Stored data
• • • •

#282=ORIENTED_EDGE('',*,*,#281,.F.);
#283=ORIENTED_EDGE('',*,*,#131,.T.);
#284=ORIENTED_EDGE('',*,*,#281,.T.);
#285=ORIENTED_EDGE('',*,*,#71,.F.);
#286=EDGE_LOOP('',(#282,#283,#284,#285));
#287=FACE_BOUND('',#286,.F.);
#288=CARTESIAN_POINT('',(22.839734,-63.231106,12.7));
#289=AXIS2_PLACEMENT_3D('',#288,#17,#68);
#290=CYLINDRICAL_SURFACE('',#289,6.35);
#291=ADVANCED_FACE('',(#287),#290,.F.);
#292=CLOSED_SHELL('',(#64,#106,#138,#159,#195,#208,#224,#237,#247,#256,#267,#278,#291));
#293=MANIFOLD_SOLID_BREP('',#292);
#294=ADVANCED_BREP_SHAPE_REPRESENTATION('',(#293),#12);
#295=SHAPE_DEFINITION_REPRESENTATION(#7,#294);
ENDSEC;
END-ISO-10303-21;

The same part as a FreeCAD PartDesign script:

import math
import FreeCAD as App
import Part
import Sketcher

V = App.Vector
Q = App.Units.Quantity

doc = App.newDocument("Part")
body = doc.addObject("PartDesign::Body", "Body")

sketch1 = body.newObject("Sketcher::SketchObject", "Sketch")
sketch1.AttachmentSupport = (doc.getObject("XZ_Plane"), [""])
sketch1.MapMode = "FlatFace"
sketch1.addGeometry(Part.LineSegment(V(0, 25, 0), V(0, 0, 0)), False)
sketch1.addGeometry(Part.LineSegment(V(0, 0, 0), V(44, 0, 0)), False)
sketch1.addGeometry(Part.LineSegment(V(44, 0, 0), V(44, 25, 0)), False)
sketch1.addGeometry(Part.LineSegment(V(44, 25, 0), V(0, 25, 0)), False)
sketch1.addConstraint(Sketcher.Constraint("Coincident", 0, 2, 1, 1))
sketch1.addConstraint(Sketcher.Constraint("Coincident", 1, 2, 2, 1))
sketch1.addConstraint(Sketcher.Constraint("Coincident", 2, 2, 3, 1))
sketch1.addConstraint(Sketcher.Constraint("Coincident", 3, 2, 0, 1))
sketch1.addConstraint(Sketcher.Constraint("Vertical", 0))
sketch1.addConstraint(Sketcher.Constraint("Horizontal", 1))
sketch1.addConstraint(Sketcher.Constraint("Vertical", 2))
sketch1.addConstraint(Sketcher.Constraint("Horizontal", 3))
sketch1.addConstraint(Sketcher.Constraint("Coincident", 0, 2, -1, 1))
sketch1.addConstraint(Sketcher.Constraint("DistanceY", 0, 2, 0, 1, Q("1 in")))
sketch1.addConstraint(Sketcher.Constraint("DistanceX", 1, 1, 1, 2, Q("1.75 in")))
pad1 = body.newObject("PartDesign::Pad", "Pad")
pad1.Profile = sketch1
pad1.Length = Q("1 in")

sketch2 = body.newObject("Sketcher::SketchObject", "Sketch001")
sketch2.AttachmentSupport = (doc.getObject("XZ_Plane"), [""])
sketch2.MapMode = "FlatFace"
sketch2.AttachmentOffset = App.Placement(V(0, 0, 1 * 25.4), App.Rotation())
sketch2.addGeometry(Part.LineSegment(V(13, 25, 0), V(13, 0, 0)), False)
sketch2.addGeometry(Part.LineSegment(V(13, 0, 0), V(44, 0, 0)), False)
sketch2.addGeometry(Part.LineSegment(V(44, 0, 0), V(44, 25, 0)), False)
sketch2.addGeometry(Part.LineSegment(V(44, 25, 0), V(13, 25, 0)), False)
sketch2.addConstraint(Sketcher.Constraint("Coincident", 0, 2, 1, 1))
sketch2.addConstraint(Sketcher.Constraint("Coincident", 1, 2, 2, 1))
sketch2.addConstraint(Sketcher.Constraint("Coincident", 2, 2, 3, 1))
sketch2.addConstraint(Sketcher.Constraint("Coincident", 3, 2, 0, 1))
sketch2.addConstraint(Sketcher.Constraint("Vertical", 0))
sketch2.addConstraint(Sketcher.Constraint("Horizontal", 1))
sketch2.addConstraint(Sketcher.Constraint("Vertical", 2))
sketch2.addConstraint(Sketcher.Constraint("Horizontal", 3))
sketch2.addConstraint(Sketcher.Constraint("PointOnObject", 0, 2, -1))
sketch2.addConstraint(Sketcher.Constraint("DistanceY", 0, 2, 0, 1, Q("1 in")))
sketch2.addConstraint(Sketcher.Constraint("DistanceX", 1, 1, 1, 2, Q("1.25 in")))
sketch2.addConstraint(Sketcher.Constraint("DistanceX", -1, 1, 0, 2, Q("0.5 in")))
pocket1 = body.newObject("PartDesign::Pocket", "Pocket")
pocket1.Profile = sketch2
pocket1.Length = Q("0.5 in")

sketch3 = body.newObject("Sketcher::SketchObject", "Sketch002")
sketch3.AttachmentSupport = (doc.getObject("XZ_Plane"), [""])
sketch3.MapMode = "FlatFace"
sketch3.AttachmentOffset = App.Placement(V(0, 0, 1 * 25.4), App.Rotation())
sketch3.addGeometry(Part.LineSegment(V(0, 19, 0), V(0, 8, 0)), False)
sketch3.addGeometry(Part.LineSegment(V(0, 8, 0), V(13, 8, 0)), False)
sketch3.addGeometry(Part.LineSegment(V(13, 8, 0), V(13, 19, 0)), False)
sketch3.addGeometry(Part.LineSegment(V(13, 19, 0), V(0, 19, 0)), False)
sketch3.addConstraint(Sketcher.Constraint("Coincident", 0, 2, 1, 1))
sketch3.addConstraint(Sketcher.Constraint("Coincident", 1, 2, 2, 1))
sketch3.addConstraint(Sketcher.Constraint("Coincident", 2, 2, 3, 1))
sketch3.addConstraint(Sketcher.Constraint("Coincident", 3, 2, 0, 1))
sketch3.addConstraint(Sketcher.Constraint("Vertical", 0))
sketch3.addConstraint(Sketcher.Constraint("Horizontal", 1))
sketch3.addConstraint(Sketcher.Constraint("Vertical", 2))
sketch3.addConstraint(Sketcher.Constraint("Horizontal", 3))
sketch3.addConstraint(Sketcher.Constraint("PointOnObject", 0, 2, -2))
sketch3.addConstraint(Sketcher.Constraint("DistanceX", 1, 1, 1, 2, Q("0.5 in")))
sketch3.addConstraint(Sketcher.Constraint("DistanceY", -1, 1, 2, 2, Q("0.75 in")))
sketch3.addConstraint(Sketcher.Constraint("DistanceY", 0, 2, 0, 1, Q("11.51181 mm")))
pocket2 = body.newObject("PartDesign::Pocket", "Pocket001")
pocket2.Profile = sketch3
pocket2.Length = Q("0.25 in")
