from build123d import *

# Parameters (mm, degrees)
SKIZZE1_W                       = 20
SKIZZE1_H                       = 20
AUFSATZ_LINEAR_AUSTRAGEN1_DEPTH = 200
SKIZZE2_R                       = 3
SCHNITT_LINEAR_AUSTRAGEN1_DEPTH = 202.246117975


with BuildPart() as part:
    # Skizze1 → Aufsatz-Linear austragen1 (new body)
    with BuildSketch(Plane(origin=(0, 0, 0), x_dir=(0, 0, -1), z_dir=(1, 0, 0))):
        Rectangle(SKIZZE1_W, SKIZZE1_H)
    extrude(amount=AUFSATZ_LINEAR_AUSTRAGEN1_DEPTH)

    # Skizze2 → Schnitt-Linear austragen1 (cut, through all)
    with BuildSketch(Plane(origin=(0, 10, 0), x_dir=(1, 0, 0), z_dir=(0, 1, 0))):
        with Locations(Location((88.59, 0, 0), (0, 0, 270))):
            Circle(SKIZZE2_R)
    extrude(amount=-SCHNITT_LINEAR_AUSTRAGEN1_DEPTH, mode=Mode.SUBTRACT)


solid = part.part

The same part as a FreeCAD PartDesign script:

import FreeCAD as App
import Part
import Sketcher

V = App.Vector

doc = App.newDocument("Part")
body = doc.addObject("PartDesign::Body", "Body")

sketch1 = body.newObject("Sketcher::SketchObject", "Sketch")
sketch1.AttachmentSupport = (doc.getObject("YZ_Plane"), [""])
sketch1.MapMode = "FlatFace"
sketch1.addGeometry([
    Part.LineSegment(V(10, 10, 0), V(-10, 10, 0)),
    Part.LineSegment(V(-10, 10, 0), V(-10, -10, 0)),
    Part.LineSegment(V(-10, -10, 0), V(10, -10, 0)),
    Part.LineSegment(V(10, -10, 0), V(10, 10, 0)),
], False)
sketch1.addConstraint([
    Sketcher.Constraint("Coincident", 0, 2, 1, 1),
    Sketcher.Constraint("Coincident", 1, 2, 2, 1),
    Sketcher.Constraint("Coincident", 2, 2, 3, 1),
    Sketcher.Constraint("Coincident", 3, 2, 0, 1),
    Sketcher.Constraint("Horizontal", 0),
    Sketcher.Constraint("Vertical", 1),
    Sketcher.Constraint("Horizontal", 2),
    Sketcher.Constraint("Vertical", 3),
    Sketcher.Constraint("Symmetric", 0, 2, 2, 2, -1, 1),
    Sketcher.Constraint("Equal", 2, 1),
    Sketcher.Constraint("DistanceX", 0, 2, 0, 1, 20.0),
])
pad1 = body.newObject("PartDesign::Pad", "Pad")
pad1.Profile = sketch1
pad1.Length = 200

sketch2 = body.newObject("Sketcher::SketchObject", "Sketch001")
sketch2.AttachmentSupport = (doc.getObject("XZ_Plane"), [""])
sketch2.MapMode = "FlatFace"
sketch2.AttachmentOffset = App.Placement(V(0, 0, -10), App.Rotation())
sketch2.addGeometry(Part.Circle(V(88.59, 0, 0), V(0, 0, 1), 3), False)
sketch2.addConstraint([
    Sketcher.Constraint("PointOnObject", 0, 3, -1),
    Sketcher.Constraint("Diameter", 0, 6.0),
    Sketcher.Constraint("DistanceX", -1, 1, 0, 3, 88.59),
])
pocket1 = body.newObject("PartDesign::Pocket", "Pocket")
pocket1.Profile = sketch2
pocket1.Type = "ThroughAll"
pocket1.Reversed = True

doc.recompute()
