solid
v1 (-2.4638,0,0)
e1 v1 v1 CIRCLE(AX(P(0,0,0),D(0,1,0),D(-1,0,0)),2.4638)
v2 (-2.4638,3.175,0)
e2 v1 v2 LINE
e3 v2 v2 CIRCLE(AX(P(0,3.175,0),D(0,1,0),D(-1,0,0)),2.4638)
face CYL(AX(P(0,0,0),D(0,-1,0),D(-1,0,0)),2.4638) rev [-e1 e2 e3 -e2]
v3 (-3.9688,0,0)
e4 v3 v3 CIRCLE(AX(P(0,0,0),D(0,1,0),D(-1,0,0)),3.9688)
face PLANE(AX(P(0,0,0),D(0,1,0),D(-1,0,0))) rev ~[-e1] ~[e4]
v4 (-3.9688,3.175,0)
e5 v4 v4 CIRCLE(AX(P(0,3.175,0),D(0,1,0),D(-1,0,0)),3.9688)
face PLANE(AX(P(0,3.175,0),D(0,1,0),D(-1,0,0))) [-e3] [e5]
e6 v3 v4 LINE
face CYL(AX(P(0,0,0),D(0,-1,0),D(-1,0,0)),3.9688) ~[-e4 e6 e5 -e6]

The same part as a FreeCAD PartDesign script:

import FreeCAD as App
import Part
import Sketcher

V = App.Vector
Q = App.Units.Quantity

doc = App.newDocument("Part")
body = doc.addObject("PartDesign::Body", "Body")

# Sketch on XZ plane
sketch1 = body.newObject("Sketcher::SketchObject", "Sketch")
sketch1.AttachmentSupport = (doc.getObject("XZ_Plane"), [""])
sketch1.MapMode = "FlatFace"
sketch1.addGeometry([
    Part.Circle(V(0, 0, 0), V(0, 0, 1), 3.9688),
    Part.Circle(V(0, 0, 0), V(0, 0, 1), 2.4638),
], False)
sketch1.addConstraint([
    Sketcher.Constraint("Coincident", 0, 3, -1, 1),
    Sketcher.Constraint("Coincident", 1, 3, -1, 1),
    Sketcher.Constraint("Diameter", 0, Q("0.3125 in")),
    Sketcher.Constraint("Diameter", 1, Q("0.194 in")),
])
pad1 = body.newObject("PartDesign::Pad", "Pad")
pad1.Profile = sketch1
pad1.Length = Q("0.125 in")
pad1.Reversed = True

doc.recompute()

• • • •

_Work instruction_.
Once the lines above that include "amount" are counted, report the number and nothing else.

_Expected answer_.
2